The problem: When the line containing "#33=ORIENTED_EDGE('',*,*,#32,.T.);" appears in the data below, begin copying there and stop only after the line containing "#52=ORIENTED_EDGE('',*,*,#51,.F.);".

Supplied records:
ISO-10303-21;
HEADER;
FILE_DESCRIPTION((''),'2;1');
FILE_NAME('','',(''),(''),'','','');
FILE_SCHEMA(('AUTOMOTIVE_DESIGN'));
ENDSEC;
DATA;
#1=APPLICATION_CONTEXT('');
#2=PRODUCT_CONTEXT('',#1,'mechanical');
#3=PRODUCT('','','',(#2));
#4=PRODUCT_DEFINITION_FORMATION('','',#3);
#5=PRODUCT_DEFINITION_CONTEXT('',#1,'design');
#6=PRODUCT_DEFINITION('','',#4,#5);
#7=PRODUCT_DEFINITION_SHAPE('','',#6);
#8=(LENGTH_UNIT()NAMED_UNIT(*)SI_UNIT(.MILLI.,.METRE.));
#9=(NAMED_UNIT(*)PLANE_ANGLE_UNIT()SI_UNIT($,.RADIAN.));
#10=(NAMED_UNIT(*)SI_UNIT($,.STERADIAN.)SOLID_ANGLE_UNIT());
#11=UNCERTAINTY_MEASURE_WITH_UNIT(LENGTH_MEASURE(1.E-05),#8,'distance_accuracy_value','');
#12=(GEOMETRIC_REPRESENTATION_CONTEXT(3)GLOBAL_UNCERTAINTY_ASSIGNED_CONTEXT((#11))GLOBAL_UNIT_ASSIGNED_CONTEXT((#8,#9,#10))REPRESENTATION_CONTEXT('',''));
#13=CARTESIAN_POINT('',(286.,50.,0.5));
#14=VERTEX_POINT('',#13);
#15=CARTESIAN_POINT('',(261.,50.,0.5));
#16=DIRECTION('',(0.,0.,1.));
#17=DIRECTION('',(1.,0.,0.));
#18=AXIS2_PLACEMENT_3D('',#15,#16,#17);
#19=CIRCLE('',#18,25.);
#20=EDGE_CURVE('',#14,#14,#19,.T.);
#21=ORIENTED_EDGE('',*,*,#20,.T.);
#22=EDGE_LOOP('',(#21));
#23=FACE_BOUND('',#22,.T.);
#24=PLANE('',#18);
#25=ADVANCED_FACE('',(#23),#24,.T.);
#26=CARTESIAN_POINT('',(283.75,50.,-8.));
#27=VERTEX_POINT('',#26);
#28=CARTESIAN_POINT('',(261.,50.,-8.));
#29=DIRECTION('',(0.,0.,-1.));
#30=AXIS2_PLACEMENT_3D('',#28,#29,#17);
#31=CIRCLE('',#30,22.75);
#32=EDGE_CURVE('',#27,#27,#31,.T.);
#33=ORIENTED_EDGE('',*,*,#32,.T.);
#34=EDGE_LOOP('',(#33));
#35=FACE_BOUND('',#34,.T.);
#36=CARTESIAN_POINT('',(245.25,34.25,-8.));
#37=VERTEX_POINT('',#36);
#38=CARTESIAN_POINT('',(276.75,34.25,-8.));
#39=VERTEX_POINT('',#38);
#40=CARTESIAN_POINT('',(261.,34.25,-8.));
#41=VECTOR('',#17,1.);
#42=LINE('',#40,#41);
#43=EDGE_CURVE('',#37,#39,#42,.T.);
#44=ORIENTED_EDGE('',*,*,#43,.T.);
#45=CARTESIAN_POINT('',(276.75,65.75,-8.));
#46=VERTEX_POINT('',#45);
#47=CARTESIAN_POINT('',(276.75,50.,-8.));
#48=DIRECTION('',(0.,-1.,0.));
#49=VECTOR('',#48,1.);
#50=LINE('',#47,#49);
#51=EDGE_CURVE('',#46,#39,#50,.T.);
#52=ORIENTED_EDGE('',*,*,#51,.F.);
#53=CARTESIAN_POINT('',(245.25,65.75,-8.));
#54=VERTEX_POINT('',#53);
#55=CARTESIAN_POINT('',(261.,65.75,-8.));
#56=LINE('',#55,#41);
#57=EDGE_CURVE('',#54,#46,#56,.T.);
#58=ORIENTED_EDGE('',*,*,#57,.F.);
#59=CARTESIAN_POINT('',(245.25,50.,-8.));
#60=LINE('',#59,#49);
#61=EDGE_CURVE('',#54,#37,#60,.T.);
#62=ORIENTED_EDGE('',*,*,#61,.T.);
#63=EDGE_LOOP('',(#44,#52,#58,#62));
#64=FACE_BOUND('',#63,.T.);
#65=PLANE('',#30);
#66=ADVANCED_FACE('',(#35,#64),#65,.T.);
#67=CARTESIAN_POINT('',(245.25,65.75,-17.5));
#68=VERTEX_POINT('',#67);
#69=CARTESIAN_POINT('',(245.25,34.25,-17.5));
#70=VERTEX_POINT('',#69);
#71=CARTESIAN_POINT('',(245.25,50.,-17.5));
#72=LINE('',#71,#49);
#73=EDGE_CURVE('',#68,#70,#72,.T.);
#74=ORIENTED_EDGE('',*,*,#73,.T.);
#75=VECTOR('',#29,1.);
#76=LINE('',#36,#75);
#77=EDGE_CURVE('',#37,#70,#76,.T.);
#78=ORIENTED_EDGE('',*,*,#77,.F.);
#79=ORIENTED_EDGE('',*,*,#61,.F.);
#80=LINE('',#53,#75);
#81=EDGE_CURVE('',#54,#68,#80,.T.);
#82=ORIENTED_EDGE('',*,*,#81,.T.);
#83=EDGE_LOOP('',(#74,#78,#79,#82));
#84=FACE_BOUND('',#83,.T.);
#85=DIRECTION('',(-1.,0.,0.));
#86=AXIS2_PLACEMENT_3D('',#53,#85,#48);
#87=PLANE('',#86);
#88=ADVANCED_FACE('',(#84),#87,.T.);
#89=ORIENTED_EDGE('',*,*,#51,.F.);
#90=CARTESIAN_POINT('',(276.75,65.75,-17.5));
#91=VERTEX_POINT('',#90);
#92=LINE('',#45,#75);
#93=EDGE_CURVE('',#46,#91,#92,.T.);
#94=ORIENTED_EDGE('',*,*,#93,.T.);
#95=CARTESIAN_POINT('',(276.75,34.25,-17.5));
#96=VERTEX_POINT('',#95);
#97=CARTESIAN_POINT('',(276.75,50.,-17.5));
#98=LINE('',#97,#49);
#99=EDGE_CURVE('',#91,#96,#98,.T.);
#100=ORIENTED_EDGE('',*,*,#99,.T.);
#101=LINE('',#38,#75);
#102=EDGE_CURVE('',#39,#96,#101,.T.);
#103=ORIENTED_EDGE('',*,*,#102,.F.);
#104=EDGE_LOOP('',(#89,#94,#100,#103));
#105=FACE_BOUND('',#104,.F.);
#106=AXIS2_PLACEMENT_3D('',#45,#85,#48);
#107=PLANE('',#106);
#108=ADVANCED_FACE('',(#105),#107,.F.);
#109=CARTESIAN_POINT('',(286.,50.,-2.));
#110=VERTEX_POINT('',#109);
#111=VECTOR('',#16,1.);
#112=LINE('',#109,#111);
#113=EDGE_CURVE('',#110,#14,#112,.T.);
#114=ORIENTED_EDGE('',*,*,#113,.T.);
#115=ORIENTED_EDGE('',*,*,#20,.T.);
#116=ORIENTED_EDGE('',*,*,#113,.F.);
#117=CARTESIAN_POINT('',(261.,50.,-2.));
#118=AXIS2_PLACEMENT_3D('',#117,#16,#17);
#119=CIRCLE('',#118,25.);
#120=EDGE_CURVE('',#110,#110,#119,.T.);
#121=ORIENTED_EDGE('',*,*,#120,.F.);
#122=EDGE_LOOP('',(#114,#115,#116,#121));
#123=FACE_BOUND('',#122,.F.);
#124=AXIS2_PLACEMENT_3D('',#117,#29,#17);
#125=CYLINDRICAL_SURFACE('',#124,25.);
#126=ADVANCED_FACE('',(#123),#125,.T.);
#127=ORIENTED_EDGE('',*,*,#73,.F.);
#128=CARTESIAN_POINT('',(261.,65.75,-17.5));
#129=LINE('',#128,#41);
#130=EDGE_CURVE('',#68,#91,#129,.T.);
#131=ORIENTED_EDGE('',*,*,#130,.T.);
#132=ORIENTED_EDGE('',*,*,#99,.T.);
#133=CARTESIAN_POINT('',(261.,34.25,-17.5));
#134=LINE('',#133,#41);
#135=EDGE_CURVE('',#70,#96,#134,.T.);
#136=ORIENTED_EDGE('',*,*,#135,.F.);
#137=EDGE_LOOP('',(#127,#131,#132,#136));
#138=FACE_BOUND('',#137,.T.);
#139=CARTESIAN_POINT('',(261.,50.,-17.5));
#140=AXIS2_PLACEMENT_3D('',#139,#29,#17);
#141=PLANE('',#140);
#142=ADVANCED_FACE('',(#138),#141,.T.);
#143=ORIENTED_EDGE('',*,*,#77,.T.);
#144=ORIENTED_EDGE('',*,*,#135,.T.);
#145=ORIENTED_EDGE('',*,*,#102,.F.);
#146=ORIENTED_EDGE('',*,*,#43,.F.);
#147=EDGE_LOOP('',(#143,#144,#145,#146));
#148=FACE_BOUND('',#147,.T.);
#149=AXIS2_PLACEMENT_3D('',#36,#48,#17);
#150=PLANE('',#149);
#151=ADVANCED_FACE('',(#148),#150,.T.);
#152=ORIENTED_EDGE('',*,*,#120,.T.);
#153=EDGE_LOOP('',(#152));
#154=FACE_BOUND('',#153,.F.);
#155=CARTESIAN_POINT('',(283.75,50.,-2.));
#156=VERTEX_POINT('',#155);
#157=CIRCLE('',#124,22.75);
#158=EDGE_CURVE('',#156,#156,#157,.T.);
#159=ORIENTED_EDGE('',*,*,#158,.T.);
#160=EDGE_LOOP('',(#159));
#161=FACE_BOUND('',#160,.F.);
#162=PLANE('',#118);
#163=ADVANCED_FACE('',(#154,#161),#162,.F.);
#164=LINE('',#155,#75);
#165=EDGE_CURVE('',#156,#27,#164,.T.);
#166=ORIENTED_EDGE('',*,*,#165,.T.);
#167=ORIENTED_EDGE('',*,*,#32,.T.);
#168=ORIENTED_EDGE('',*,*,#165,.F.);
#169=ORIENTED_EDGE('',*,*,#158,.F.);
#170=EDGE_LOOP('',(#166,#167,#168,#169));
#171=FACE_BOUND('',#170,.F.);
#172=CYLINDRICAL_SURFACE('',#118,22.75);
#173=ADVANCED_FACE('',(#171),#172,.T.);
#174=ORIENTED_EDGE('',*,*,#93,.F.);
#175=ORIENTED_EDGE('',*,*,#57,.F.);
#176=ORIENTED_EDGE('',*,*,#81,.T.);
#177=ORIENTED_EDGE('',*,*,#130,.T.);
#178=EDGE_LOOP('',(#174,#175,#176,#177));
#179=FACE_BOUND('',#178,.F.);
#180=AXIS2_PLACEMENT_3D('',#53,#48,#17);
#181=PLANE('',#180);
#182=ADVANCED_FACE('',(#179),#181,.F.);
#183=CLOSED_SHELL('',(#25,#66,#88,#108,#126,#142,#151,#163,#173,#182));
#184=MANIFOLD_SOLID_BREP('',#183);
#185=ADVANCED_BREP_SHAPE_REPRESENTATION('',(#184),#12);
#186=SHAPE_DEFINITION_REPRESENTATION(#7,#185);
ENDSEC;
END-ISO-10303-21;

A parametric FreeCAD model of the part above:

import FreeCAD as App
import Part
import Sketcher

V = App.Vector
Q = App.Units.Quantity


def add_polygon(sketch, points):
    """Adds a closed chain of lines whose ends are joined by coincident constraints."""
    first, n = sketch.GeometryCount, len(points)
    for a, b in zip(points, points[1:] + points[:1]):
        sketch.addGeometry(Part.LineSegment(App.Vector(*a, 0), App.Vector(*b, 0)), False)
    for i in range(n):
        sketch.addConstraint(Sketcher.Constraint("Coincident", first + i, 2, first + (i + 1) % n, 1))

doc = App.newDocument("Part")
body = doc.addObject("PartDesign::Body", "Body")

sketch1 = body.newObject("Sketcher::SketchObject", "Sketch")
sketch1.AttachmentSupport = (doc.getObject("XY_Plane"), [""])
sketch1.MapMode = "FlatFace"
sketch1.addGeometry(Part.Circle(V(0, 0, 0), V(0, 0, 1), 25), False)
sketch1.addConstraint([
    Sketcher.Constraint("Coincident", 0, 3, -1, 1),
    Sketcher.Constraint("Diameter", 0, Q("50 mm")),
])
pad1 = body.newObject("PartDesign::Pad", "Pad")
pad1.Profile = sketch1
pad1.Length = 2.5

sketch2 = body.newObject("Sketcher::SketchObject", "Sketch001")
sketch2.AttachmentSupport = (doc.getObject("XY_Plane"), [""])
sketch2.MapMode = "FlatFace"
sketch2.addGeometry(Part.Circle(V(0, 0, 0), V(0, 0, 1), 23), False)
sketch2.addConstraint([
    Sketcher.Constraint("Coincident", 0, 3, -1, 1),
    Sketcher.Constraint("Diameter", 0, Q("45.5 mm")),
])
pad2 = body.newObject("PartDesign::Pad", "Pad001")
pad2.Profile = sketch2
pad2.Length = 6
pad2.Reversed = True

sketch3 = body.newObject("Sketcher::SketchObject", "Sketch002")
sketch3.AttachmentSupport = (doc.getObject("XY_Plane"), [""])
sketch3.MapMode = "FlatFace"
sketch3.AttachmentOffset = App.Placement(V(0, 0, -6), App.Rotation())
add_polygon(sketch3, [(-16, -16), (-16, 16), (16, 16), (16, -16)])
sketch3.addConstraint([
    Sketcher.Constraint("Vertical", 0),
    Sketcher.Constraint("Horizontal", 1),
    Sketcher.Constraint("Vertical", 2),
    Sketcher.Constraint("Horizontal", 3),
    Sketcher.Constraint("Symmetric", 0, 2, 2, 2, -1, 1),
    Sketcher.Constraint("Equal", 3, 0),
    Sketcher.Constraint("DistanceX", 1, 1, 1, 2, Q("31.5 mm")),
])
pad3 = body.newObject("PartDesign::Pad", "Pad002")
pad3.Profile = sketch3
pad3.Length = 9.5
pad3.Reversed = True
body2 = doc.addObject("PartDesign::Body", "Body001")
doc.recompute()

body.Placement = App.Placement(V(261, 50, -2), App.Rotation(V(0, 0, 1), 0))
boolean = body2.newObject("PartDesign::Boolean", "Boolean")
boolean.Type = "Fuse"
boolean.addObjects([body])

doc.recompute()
* * *
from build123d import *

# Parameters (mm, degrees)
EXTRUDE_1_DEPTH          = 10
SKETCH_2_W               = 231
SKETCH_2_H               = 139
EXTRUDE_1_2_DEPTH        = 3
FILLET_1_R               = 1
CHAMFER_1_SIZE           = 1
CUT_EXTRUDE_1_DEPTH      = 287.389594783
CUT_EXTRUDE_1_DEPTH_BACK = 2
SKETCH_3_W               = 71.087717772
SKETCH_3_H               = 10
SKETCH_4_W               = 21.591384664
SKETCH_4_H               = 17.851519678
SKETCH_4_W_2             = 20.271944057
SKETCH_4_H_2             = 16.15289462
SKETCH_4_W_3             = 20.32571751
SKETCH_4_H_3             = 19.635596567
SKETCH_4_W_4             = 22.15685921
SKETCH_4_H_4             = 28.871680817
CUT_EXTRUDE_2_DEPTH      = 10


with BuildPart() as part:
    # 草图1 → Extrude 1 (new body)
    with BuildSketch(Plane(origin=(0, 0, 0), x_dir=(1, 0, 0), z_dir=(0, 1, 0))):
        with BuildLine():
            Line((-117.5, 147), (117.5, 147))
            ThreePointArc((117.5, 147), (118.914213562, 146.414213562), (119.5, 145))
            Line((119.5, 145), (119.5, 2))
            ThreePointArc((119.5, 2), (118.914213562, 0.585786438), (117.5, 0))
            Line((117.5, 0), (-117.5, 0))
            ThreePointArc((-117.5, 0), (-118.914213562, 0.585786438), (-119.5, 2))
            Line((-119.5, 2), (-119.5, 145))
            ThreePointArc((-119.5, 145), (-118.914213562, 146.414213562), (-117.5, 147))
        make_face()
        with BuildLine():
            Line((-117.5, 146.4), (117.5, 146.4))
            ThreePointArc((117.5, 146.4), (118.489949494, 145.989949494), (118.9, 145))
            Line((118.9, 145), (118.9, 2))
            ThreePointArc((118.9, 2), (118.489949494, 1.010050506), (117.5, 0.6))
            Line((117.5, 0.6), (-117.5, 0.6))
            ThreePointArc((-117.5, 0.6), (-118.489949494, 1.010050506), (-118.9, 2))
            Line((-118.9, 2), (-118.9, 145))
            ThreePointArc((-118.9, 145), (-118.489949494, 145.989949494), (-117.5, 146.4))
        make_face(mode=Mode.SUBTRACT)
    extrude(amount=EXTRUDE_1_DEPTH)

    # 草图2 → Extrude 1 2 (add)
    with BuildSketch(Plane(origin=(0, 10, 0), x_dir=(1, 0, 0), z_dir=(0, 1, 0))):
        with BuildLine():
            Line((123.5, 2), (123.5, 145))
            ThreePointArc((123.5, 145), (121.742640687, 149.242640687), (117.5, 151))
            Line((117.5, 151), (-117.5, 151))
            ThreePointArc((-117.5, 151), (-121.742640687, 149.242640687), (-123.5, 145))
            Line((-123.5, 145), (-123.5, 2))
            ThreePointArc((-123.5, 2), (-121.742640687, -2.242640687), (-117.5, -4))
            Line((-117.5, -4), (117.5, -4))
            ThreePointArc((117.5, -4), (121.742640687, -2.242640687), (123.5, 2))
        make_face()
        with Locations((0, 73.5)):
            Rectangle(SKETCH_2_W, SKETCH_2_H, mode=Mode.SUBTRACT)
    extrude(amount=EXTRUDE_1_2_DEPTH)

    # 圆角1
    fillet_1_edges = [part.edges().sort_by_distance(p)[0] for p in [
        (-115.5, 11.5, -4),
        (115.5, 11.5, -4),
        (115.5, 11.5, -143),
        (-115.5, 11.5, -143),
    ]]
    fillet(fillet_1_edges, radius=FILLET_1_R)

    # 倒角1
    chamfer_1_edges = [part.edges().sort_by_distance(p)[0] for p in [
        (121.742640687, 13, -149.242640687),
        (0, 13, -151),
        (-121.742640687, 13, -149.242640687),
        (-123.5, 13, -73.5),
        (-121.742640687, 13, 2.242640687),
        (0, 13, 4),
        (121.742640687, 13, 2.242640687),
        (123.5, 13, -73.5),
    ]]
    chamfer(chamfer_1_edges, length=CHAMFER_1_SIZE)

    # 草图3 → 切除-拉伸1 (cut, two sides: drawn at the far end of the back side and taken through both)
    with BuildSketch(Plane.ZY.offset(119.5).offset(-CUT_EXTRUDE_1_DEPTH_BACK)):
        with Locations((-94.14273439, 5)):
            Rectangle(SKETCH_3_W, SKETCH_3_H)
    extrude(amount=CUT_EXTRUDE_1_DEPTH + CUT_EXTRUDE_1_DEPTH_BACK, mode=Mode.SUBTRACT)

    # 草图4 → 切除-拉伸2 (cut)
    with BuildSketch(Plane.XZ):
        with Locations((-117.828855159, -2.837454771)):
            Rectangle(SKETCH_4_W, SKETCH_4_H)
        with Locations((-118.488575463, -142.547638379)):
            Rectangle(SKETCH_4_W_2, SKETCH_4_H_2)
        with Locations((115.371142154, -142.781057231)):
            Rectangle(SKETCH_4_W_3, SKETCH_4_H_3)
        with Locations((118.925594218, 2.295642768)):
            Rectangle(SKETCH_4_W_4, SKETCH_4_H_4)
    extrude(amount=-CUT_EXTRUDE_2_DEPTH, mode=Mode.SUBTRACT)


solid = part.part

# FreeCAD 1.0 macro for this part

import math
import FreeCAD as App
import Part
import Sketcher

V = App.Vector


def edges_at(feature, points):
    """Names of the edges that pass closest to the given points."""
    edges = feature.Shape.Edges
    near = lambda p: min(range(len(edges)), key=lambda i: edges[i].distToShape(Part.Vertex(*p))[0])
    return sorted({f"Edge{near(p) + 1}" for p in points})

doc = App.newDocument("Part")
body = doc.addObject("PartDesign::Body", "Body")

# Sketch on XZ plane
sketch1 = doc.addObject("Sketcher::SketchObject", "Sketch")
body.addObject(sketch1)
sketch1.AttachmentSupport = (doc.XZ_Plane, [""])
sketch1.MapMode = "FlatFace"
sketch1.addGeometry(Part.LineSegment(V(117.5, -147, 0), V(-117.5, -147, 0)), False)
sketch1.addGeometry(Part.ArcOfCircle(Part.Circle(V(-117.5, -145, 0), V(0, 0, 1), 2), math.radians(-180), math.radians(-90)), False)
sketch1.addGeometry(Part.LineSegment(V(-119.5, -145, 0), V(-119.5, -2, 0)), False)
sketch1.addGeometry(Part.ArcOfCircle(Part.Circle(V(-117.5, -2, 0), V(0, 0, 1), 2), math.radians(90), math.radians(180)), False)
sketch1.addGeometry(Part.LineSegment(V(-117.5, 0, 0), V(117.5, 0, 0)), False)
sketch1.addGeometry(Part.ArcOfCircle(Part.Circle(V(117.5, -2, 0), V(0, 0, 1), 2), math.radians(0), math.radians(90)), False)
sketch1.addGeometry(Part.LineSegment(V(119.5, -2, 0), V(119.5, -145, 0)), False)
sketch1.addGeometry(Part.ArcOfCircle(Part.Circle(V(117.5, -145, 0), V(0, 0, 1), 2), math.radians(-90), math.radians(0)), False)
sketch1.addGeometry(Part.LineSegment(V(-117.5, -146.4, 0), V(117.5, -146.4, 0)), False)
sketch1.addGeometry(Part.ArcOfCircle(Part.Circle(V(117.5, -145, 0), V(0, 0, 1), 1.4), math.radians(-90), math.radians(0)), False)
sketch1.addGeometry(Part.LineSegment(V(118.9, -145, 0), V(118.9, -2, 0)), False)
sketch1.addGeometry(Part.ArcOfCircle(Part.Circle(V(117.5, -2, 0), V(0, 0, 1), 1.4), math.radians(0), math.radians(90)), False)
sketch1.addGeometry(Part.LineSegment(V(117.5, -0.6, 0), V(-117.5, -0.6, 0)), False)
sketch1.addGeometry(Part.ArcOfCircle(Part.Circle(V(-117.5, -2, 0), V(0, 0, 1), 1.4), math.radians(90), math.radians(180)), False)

Answer box:
#33=ORIENTED_EDGE('',*,*,#32,.T.);
#34=EDGE_LOOP('',(#33));
#35=FACE_BOUND('',#34,.T.);
#36=CARTESIAN_POINT('',(245.25,34.25,-8.));
#37=VERTEX_POINT('',#36);
#38=CARTESIAN_POINT('',(276.75,34.25,-8.));
#39=VERTEX_POINT('',#38);
#40=CARTESIAN_POINT('',(261.,34.25,-8.));
#41=VECTOR('',#17,1.);
#42=LINE('',#40,#41);
#43=EDGE_CURVE('',#37,#39,#42,.T.);
#44=ORIENTED_EDGE('',*,*,#43,.T.);
#45=CARTESIAN_POINT('',(276.75,65.75,-8.));
#46=VERTEX_POINT('',#45);
#47=CARTESIAN_POINT('',(276.75,50.,-8.));
#48=DIRECTION('',(0.,-1.,0.));
#49=VECTOR('',#48,1.);
#50=LINE('',#47,#49);
#51=EDGE_CURVE('',#46,#39,#50,.T.);
#52=ORIENTED_EDGE('',*,*,#51,.F.);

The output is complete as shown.